Someone please tell me to try and let this go, cause I'm sick of running into a brick wall!!


----------



## Lifescript (Mar 12, 2012)

My guess is he's playing the field and wants you as a backup. Don't play his game. Present him with divorce papers and you will see what he really wants. If he wants you, he will change his mindset at the thought of losing you. Right now, by initating sex, he sees you are desperate and want him so he has no pressure to make a decision.


----------



## 827Aug (Apr 27, 2008)

He's definitely playing you, and he's got you right where he wants you. It sounds as though he is seeing someone else and you are his backup. Tell him to move back home and really work on the marriage or you'll be filing for divorce. You'll get his true answer fast.


----------



## SlowlyGettingWiser (Apr 7, 2012)

> When he initally said he wanted a divorce I told him I was gonna move back home to be with family... He said I was being selfish and couldn't believe someone he loved and trusted this much would take his son out of his life...





> My lease is about to be up on my apartment


Why don't you move back home with your family? He KNOWS where to find you! You could use the emotional support and the back-up that being near family can provide (son sick at school and you're at work? family can pick up son; car broke down? family can pick you up; you're sick and can't get son to school? family can help out) As long as you don't abuse it, family is usually willing to help pick up the slack OCCASIONALLY for each other.

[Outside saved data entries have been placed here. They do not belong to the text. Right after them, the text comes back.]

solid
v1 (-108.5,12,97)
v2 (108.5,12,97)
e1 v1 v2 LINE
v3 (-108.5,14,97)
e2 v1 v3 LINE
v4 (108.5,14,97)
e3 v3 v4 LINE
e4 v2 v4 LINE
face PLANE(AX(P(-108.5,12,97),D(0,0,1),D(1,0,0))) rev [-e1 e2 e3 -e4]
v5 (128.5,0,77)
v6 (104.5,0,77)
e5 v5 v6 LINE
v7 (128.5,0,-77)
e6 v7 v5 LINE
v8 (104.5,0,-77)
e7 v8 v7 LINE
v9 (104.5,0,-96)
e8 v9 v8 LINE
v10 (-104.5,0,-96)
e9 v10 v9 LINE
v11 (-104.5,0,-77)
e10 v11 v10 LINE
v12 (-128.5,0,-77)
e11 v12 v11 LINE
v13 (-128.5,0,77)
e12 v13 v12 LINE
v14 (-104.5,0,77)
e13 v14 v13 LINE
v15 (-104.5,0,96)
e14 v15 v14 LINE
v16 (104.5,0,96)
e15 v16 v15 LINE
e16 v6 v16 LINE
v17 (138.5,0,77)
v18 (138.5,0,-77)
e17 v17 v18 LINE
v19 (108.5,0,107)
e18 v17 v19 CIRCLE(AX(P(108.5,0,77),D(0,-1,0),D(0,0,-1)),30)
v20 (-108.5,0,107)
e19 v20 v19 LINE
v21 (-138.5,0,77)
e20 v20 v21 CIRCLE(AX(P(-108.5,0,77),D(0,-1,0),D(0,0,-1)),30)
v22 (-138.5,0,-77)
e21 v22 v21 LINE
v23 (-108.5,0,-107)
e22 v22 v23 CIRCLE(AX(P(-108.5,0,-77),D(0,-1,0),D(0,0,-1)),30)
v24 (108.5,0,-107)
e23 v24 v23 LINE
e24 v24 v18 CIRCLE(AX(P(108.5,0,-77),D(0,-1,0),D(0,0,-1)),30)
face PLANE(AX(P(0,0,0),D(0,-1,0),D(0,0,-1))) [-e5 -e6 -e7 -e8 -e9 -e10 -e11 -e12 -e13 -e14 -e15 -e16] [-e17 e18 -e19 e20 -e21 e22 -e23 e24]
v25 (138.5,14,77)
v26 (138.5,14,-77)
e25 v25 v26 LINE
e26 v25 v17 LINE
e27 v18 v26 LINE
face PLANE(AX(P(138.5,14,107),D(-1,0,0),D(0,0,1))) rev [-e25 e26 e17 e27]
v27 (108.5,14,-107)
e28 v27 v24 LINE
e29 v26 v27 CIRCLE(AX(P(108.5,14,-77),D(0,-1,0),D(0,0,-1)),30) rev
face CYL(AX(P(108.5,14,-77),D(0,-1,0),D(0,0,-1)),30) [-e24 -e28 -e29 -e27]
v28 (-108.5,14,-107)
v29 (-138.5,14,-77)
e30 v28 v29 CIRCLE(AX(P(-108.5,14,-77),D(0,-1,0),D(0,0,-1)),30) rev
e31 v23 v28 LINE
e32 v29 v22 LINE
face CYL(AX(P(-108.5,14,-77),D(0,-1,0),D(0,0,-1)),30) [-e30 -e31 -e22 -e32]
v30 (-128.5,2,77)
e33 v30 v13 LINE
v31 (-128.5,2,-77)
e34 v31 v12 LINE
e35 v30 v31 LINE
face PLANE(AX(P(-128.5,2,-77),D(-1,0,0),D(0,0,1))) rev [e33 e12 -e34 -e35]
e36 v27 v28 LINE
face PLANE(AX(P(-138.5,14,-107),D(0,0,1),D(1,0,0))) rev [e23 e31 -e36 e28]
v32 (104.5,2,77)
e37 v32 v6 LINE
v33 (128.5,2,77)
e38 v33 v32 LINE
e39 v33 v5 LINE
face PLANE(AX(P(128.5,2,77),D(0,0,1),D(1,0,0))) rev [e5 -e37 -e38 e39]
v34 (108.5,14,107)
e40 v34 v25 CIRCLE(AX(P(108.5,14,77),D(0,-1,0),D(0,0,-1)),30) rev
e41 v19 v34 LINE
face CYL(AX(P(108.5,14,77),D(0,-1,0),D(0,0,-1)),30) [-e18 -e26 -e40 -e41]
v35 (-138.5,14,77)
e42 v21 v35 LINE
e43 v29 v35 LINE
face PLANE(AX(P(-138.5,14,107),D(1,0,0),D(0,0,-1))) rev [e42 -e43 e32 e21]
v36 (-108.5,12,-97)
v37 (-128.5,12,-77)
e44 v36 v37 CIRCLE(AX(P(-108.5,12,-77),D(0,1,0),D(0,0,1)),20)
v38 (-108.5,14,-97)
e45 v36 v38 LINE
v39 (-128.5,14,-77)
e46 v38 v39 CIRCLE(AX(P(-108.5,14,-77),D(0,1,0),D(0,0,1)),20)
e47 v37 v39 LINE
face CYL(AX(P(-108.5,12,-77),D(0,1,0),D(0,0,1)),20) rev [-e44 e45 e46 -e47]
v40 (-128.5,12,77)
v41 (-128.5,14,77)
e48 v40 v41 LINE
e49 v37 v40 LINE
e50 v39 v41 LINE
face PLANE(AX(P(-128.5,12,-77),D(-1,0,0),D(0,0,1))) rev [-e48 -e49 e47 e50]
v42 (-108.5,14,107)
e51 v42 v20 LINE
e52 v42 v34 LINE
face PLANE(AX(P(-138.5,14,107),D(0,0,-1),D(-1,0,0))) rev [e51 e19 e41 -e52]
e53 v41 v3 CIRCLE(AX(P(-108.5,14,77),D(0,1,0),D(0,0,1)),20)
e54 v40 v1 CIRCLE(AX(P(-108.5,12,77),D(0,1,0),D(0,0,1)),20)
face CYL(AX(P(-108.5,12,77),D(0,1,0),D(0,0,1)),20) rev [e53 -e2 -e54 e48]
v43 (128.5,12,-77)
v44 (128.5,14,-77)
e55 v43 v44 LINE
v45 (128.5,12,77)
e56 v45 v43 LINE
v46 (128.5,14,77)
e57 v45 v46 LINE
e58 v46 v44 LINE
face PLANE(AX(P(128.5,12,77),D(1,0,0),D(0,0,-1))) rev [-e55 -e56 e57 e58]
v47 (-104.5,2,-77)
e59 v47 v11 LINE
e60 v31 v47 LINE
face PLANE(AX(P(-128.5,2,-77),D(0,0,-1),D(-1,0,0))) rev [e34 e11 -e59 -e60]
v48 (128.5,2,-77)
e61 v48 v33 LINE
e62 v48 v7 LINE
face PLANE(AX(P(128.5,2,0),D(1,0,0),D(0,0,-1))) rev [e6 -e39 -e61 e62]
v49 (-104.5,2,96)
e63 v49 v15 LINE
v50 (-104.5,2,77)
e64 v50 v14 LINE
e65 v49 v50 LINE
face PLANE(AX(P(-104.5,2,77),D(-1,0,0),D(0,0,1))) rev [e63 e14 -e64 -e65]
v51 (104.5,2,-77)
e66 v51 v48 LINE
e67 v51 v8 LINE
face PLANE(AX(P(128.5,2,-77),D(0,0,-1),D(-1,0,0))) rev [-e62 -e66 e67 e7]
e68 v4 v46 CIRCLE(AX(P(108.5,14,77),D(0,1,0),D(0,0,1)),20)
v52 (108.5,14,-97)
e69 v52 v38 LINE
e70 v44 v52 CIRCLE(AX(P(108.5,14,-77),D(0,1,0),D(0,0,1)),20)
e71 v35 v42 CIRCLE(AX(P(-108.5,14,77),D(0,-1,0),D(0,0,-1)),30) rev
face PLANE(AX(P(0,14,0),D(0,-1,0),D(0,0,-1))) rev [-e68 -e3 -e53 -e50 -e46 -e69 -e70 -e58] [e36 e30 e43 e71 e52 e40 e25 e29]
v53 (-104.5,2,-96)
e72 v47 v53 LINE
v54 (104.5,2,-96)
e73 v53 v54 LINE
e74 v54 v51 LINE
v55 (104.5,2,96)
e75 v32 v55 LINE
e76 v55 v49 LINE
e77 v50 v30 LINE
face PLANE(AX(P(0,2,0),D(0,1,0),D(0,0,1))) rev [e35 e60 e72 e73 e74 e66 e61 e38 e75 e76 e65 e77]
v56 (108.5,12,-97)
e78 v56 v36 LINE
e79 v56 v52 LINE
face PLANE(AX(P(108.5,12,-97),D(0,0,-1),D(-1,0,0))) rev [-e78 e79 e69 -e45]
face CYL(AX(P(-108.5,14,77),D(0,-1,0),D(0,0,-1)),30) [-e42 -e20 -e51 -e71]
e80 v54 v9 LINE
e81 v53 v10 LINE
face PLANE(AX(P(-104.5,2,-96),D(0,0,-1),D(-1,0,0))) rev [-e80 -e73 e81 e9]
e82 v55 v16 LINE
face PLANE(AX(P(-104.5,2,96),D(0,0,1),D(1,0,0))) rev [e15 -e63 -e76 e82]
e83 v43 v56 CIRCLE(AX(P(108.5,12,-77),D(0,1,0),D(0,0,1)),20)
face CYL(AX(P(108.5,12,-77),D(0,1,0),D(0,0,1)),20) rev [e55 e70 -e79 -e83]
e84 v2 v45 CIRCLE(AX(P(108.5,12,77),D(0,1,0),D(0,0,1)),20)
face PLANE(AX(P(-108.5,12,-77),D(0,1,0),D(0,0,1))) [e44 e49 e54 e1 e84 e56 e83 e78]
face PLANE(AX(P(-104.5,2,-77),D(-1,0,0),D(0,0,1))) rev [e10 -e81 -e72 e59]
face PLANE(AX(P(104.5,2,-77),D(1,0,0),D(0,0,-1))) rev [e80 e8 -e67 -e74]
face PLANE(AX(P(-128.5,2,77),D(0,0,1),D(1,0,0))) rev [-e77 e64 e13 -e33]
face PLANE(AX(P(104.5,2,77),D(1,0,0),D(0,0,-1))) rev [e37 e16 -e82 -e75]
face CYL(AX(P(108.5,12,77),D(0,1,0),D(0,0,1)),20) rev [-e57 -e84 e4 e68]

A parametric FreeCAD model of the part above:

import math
import FreeCAD as App
import Part
import Sketcher
from FreeCAD import Vector
Q = App.Units.Quantity


def edges_at(feature, points):
    """Names of the edges that pass closest to the given points."""
    edges = feature.Shape.Edges
    near = lambda p: min(range(len(edges)), key=lambda i: edges[i].distToShape(Part.Vertex(*p))[0])
    return sorted({f"Edge{near(p) + 1}" for p in points})

doc = App.newDocument("Part")
body = doc.addObject("PartDesign::Body", "Body")

# Sketch on XZ plane
sketch1 = body.newObject("Sketcher::SketchObject", "Sketch")
sketch1.AttachmentSupport = (doc.getObject("XZ_Plane"), [""])
sketch1.MapMode = "FlatFace"
sketch1.addGeometry([
    Part.LineSegment(Vector(-138.5, -107, 0), Vector(-138.5, 107, 0)),
    Part.LineSegment(Vector(-138.5, 107, 0), Vector(138.5, 107, 0)),
    Part.LineSegment(Vector(138.5, 107, 0), Vector(138.5, -107, 0)),
    Part.LineSegment(Vector(138.5, -107, 0), Vector(-138.5, -107, 0)),
], False)
sketch1.addConstraint([
    Sketcher.Constraint("Coincident", 0, 2, 1, 1),
    Sketcher.Constraint("Coincident", 1, 2, 2, 1),
    Sketcher.Constraint("Coincident", 2, 2, 3, 1),
    Sketcher.Constraint("Coincident", 3, 2, 0, 1),
    Sketcher.Constraint("Vertical", 0),
    Sketcher.Constraint("Horizontal", 1),
    Sketcher.Constraint("Vertical", 2),
    Sketcher.Constraint("Horizontal", 3),
    Sketcher.Constraint("Symmetric", 0, 2, 2, 2, -1, 1),
    Sketcher.Constraint("DistanceX", 1, 1, 1, 2, Q("277 mm")),
    Sketcher.Constraint("DistanceY", 0, 1, 0, 2, Q("214 mm")),
])
pad1 = body.newObject("PartDesign::Pad", "Pad")
pad1.Profile = sketch1
pad1.Length = 14
pad1.Reversed = True
doc.recompute()

fillet = body.newObject("PartDesign::Fillet", "Fillet")
fillet.Base = (pad1, edges_at(pad1, [
    (138.5, 7, 107),
    (-138.5, 7, 107),
    (-138.5, 7, -107),
    (138.5, 7, -107),
]))
fillet.Radius = 30

# Sketch on XZ plane
sketch2 = body.newObject("Sketcher::SketchObject", "Sketch001")
sketch2.AttachmentSupport = (doc.getObject("XZ_Plane"), [""])
sketch2.MapMode = "FlatFace"
sketch2.AttachmentOffset = App.Placement(Vector(0, 0, -14), App.Rotation())
sketch2.addGeometry([
    Part.LineSegment(Vector(-128.5, -77, 0), Vector(-128.5, 77, 0)),  # 0
    Part.ArcOfCircle(Part.Circle(Vector(-108.5, 77, 0), Vector(0, 0, 1), 20), math.radians(90), math.radians(180)),  # 1
    Part.LineSegment(Vector(-108.5, 97, 0), Vector(108.5, 97, 0)),  # 2
    Part.ArcOfCircle(Part.Circle(Vector(108.5, 77, 0), Vector(0, 0, 1), 20), math.radians(0), math.radians(90)),  # 3
    Part.LineSegment(Vector(128.5, 77, 0), Vector(128.5, -77, 0)),  # 4
    Part.ArcOfCircle(Part.Circle(Vector(108.5, -77, 0), Vector(0, 0, 1), 20), math.radians(-90), math.radians(0)),  # 5
    Part.LineSegment(Vector(108.5, -97, 0), Vector(-108.5, -97, 0)),  # 6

> has the divorce papers... won't sign em.. b/c, according to him, he wants to see and "hopes" the hangups he has will go away... but he officially wanted a divorce last August


How long are you supposed to wait around in 'limbo' with your life on hold while HE decides if his 'hangups' (whatever nebulous cr*p that means) will go away? Is 'hangup' his definition of a new GF who may/may not work out? You're supposed to sign another 1yr lease because he can't make up his mind YET???

Move back home with your son. Get him situated before school starts (assuming he's school-age). IF your husband ever gets his head out of his azz (or his other body parts out of wherever he's currently parking them), he can look you up. He will find you working at a new job, back home, moving on with your life with your son. At THAT time, if he wants to reconcile, YOU can decide if you have any interest in being with him AT THAT POINT. You two can always re-marry again IF he finally comes around(and IF you even care by then). But, expecting you to wait for MONTHS and YOU don't even know WHAT you're waiting FOR? That's selfish on HIS part.


----------



## DanF (Sep 27, 2010)

Push him off the fence and move. You can't do anything with him, so work on you.
You could give him a one time ultimatum. If he refuses to come back and work on the marriage, you need to move on.


----------